On Sat, 2015-07-04 at 16:56 -0400, Valdis.Kletnieks@vt.edu wrote:
> On Fri, 03 Jul 2015 13:01:59 +0100, jon said:
> > Hi, could I make a hugely nieve user request :-)
> >
> > Would it be possible to add a new mount option to everything?
> >
> > New mount option 'com' = "create on mount" (implied remove on unmount).
> >
> >
> > Example fstab entry
> > /mounts/amountpoint	LABEL=notalwayshere	ext4,com
> 
> I'll bite.
Thank you :-)

>   What system administration problem does this solve?
Most auto mounters are based on an a system event being processed by a
user space tool. I am talking about a simple optional bit of code built
into mount() umount() calls.  So it could be an fstab entry, or typed
into a shell or any other source rather than an event processed through
user space tools in response to USB or a DVD read or similar. I am not
talking about an automount.

It solves these problems:
1) It solves the problem of processes writing data into the mount point
when not mounted (as does, I accept a user space automounter, but as I
explained the usage scenario differs). 

2) It would be useful for embedded devices, installers etc.  I do quite
a bit of work in the embedded space, sometimes running kernel+shell+user
process only, sometimes no udev, no systemd, not even full fat init.  

3) installers or similar could use such an option for mounting install
data.
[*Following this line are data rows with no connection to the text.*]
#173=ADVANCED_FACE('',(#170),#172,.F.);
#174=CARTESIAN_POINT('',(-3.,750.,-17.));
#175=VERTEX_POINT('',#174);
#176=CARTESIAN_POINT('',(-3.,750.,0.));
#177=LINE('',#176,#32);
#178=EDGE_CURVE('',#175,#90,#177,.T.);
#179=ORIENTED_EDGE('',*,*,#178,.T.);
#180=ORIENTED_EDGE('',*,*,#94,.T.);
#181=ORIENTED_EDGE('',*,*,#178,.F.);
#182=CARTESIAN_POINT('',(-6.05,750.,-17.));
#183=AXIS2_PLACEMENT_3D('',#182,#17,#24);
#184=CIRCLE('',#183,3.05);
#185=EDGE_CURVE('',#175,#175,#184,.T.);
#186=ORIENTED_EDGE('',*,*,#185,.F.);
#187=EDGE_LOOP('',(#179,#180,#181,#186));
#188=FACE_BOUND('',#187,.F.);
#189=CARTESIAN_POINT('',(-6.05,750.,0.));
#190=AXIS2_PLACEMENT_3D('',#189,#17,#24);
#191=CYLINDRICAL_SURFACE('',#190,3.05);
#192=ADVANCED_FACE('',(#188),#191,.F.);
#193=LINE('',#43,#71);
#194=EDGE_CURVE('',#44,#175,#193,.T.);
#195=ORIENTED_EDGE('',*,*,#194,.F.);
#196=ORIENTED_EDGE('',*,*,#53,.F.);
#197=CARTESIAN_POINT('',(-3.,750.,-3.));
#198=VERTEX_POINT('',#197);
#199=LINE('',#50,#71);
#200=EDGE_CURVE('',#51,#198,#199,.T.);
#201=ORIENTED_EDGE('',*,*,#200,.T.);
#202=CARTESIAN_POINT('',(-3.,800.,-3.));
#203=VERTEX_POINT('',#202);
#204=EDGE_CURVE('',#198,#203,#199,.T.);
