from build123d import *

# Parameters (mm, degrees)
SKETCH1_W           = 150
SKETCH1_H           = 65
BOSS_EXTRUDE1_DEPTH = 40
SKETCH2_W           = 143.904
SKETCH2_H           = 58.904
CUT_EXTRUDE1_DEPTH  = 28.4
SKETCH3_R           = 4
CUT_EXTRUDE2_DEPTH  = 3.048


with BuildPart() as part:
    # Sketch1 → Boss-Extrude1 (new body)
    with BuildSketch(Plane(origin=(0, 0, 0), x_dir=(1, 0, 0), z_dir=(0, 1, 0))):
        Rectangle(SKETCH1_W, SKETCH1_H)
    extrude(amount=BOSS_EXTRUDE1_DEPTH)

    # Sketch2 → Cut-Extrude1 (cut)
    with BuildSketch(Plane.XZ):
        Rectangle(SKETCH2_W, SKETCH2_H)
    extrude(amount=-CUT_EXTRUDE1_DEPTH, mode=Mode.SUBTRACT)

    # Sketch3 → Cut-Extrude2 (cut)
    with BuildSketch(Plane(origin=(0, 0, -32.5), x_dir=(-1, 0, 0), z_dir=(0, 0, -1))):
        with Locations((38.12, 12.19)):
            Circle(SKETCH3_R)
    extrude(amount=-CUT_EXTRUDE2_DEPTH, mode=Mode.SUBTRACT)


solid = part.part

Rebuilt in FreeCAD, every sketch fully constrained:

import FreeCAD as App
import Part
import Sketcher

V = App.Vector
Q = App.Units.Quantity


def add_polygon(sketch, points):
    """Adds a closed chain of lines whose ends are joined by coincident constraints."""
    first, n = sketch.GeometryCount, len(points)
    for a, b in zip(points, points[1:] + points[:1]):
        sketch.addGeometry(Part.LineSegment(App.Vector(*a, 0), App.Vector(*b, 0)), False)
    for i in range(n):
        sketch.addConstraint(Sketcher.Constraint("Coincident", first + i, 2, first + (i + 1) % n, 1))

doc = App.newDocument("Part")
body = doc.addObject("PartDesign::Body", "Body")

# Sketch on XZ plane
sketch1 = doc.addObject("Sketcher::SketchObject", "Sketch")
body.addObject(sketch1)
sketch1.AttachmentSupport = (doc.XZ_Plane, [""])
sketch1.MapMode = "FlatFace"
add_polygon(sketch1, [(-75, -32), (-75, 32), (75, 32), (75, -32)])  # lines 0-3
sketch1.addConstraint(Sketcher.Constraint("Vertical", 0))
sketch1.addConstraint(Sketcher.Constraint("Horizontal", 1))
sketch1.addConstraint(Sketcher.Constraint("Vertical", 2))
sketch1.addConstraint(Sketcher.Constraint("Horizontal", 3))
sketch1.addConstraint(Sketcher.Constraint("Symmetric", 0, 2, 2, 2, -1, 1))
sketch1.addConstraint(Sketcher.Constraint("DistanceX", 1, 1, 1, 2, Q("150 mm")))
sketch1.addConstraint(Sketcher.Constraint("DistanceY", 0, 1, 0, 2, Q("65 mm")))
pad1 = doc.addObject("PartDesign::Pad", "Pad")
body.addObject(pad1)
pad1.Profile = sketch1
pad1.Length = 40
pad1.Reversed = True

# Sketch on XZ plane
sketch2 = doc.addObject("Sketcher::SketchObject", "Sketch001")
body.addObject(sketch2)
sketch2.AttachmentSupport = (doc.XZ_Plane, [""])
sketch2.MapMode = "FlatFace"
add_polygon(sketch2, [(-72, 29), (-72, -29), (72, -29), (72, 29)])  # lines 0-3
sketch2.addConstraint(Sketcher.Constraint("Vertical", 0))
sketch2.addConstraint(Sketcher.Constraint("Horizontal", 1))
sketch2.addConstraint(Sketcher.Constraint("Vertical", 2))
sketch2.addConstraint(Sketcher.Constraint("Horizontal", 3))
sketch2.addConstraint(Sketcher.Constraint("Symmetric", 0, 2, 2, 2, -1, 1))
sketch2.addConstraint(Sketcher.Constraint("DistanceX", 1, 1, 1, 2, Q("143.904 mm")))
sketch2.addConstraint(Sketcher.Constraint("DistanceY", 0, 2, 0, 1, Q("58.904 mm")))
pocket1 = doc.addObject("PartDesign::Pocket", "Pocket")
body.addObject(pocket1)
pocket1.Profile = sketch2
pocket1.Length = 28.4

# Sketch on XY plane
sketch3 = doc.addObject("Sketcher::SketchObject", "Sketch002")
body.addObject(sketch3)
sketch3.AttachmentSupport = (doc.XY_Plane, [""])
sketch3.MapMode = "FlatFace"
sketch3.AttachmentOffset = App.Placement(V(0, 0, -32.5), App.Rotation())
sketch3.addGeometry(Part.Circle(V(-38.1, 12.2, 0), V(0, 0, 1), 4), False)
sketch3.addConstraint(Sketcher.Constraint("Diameter", 0, Q("8 mm")))
sketch3.addConstraint(Sketcher.Constraint("DistanceX", 0, 3, -1, 1, Q("38.12 mm")))
sketch3.addConstraint(Sketcher.Constraint("DistanceY", -1, 1, 0, 3, Q("12.19 mm")))
pocket2 = doc.addObject("PartDesign::Pocket", "Pocket001")
body.addObject(pocket2)
pocket2.Profile = sketch3
pocket2.Length = 3.048
pocket2.Reversed = True

doc.recompute()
By specifying the flag user space processes can infer that the FS
is successfully mounted by the presence of the mount point without the
need to explicitly code against an event system or parse log files. 

3) Users can use it to have a slightly improved new mount behaviour and
also hopefully be used as a flag to indicate that "oh so clever user
space managers" should stay away entries using it in fstab.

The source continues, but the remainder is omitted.